Irgendwie sieht er so aus, als ob ihm ein Bier auch lieber wäre, und er nur uns zuliebe keins trinkt, das wirkt irgendwie ungemütlich, aber am Feuer sollen wir eh nix trinken solange die Kinder noch dabei sind, hat Marie mal gesagt. So fällt es mir auch leichter zu verzichten, aber das Reden wird davon nicht einfacher und so schweigen wir uns gegenseitig an, bis Bruno zu gähnen anfängt und sich verabschiedet.

'So', meint Charlie, 'nun sind wir doch einmal unter uns. Sag, sollen wir nicht zu mir gehen und uns ein Bierchen genehmigen? Ganz ehrlich, der Tee ist ja lieb gemeint, aber so wirklich froh macht mich der nicht.'

Eigentlich wundere ich mich ja, daß er noch mit mir redet, besonders gesprächig war ich wirklich nicht heute, also bin ich eh nie aber heute ganz besonders nicht. Irgendwie schüchtert er mich ein, und ich war ja nun wirklich schon mit harten Jungs zusammen gewesen. Aber er hat sowas Edles, bei ihm ist alles echt. Der muß keinen auf Heavy machen. Der ist es. Original.
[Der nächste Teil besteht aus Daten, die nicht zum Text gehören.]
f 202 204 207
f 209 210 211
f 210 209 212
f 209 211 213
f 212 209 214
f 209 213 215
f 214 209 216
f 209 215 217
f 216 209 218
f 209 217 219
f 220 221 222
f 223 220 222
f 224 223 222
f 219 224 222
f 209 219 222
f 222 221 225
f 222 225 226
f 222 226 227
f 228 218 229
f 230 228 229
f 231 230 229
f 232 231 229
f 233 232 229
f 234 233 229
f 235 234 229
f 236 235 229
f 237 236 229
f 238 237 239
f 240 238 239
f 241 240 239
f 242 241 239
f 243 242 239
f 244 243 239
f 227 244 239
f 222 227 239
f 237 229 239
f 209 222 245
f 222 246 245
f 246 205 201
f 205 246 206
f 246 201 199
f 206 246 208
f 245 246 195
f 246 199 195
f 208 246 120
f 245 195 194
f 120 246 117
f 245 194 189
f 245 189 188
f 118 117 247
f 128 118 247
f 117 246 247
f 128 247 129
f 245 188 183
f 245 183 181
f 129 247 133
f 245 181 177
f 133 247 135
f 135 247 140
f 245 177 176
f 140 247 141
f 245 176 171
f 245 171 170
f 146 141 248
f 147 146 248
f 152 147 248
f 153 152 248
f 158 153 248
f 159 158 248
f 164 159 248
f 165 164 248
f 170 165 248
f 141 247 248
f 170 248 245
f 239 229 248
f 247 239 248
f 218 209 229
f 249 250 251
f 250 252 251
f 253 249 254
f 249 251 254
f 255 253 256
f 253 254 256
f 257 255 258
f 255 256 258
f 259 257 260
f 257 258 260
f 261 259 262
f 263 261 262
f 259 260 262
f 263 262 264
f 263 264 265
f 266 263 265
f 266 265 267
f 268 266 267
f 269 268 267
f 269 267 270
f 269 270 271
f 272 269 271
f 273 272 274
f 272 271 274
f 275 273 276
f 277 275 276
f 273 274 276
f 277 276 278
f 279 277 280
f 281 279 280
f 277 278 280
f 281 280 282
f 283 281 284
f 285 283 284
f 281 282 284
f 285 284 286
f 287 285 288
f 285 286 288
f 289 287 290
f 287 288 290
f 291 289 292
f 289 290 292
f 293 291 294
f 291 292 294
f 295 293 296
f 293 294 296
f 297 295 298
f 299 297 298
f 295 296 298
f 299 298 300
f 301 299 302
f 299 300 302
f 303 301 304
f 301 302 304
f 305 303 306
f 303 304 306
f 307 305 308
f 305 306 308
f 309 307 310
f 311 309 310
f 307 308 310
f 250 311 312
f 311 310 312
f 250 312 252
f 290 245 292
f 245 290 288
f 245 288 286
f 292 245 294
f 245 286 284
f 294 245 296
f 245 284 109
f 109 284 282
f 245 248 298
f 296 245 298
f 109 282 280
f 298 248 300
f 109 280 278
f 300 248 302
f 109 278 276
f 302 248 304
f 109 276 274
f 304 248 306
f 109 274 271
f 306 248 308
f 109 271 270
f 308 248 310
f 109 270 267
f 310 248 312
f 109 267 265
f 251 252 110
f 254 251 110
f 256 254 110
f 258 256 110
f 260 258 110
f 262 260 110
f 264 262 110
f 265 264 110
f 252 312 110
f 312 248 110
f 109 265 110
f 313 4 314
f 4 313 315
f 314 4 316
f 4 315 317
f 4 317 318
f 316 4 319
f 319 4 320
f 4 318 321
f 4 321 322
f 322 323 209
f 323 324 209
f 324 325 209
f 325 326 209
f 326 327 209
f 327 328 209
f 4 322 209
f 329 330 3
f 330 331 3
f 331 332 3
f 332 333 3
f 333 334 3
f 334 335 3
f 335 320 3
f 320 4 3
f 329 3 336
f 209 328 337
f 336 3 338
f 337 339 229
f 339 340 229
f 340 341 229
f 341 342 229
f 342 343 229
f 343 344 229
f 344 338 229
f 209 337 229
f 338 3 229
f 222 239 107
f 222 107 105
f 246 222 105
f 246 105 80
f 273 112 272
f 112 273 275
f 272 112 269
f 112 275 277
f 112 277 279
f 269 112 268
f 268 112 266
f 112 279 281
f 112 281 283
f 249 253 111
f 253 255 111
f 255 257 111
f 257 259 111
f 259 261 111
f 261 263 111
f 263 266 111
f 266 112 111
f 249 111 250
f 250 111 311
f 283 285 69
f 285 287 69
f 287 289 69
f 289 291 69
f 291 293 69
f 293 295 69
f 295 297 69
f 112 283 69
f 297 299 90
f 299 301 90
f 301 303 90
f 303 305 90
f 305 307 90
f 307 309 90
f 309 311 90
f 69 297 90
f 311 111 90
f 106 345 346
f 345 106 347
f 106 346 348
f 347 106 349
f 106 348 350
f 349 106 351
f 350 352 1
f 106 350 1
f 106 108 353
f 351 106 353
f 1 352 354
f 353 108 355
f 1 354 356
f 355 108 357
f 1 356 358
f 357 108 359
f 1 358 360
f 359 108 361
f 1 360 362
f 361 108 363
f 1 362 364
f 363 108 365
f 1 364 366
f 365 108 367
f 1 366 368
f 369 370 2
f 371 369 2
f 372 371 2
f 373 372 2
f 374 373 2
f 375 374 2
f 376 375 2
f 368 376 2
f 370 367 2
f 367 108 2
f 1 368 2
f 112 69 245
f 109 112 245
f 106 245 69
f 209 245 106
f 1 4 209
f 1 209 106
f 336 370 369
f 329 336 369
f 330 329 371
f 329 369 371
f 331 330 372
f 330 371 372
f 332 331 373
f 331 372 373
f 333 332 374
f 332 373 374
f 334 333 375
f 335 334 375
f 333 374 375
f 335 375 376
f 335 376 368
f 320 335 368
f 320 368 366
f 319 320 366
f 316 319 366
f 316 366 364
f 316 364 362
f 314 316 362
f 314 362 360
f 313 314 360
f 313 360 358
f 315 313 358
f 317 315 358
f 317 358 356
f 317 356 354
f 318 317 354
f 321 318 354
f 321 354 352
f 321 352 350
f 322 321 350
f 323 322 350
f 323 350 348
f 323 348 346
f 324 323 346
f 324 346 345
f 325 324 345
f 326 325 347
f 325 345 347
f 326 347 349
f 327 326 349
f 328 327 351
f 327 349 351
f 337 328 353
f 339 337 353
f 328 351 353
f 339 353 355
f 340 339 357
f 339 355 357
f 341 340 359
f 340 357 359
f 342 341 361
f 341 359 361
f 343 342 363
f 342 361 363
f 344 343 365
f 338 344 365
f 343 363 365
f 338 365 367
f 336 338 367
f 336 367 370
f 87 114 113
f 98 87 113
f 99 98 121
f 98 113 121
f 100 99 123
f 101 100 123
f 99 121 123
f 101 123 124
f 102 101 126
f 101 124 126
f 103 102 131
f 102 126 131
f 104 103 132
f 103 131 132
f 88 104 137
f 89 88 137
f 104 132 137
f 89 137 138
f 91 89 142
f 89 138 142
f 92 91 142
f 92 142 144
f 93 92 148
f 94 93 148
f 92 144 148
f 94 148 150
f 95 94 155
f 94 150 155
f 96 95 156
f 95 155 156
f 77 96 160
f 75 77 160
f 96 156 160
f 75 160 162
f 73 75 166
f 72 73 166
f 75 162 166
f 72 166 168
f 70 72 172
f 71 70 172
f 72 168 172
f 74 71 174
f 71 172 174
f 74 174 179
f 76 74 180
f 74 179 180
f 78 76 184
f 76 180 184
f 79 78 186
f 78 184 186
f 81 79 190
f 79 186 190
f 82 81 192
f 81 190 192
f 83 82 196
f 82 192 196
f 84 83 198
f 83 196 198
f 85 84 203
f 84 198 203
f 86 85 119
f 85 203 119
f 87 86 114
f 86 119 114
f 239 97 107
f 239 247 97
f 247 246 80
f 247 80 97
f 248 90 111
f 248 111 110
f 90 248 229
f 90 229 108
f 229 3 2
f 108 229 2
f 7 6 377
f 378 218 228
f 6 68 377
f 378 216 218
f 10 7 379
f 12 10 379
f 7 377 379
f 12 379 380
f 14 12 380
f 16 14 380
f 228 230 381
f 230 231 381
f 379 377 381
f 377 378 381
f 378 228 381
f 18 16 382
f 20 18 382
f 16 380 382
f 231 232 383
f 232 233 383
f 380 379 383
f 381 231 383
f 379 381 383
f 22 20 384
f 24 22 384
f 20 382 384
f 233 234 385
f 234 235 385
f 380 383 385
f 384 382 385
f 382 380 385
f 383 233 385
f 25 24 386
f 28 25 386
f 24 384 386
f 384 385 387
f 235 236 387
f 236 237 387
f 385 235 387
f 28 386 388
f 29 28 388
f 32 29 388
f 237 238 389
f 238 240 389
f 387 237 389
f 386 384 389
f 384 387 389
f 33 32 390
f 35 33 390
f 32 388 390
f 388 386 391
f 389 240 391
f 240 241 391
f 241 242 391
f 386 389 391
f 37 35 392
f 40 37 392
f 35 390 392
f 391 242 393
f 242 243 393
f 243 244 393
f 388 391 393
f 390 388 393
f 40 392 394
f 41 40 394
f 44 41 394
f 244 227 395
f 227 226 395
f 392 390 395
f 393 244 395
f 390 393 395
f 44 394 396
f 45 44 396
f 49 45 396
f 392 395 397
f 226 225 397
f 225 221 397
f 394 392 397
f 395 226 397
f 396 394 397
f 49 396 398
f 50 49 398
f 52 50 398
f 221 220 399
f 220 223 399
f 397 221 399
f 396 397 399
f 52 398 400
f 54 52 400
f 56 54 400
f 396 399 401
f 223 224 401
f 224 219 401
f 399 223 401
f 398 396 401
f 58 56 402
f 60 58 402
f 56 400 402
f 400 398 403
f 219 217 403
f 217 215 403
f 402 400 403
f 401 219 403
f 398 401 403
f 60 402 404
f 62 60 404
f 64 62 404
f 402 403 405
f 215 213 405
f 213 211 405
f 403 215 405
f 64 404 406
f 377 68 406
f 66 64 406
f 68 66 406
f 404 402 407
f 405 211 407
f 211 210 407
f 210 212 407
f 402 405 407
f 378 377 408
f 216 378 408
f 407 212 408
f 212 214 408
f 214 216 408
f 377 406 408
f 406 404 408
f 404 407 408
'Du, ganz ehrlich, tät ich total gern, also mit dir ein Bier und so, aber ich hab mir vorgenommen, daß ich nix mehr trink. Zumindest eine Zeitlang. Ich rauch lieber. Du auch, vielleicht? Ich könnt uns einen bauen wennst magst?'

Kurz drauf hocken wir bei mir in der Bude, ich brösel auf und Charlie guckt mich ernst an: 'Du Xampi, ist das alles was du noch hast? Ich mag dir jetzt nicht dein letztes Piece wegrauchen.'
'Paßt schon Charlie. Du bist echt korrekt und, ja, klingt vielleicht blöd aber es wär mir eine Ehre, wenn ich es mit dir teilen dürfte.'

'Xampi, ich muß dir was sagen. Bisher hab ich dich ja nur so am Rande wahrgenommen, und das wär auch so geblieben wenn Maria mich nicht dazu aufgefordert hätte, mal mit dir zu reden. Also es war kein Zufall, daß wir uns heute getroffen haben. Aber jetzt wo ich dich kennengelernt hab ... ich bin kein Mann vieler Worte, genausowenig wie du, aber es freut mich. Du bist eine ehrliche Haut, das ist selten. Bist ein guter Kerl. Ich mag dich.'

Hinterher, als er weg war, hab ich nicht nur vom Rauchen so breit gegrinst. Charlie und ich haben uns noch prima unterhalten, ich hatte das mit dem Bahöö wegen dem Neuen nur so am Rande mitbekommen, aber es wird natürlich geredet. Also, daß der Helli ne Knarre mithatte zum Beispiel. So sind wir auf Waffen zu sprechen gekommen und ich glaub sein Respekt vor mir ist noch gestiegen wie er gemerkt hat, daß ich kein tappertes Weh bin das nur von Indien träumt und immer die zweite Backe hinhält, sondern daß ich schon auch was erlebt hab und mich durchaus behaupten kann. Wenn's sein muß. Und es mir nur lieber ist, es muß nicht.

Er hat gemeint morgen gehen wir mal zum Heinz und fragen, ob wir uns was anbauen dürfen und ob er Samen dahat, sonst würd er welche besorgen. Weil das Rauchen wär ja allemal gesünder als der Alkohol, der uns beiden nicht guttut. Er wüßt wo man diese Lampen herbekommt, mit denen das Gras besser wächst. Ich freu mich so!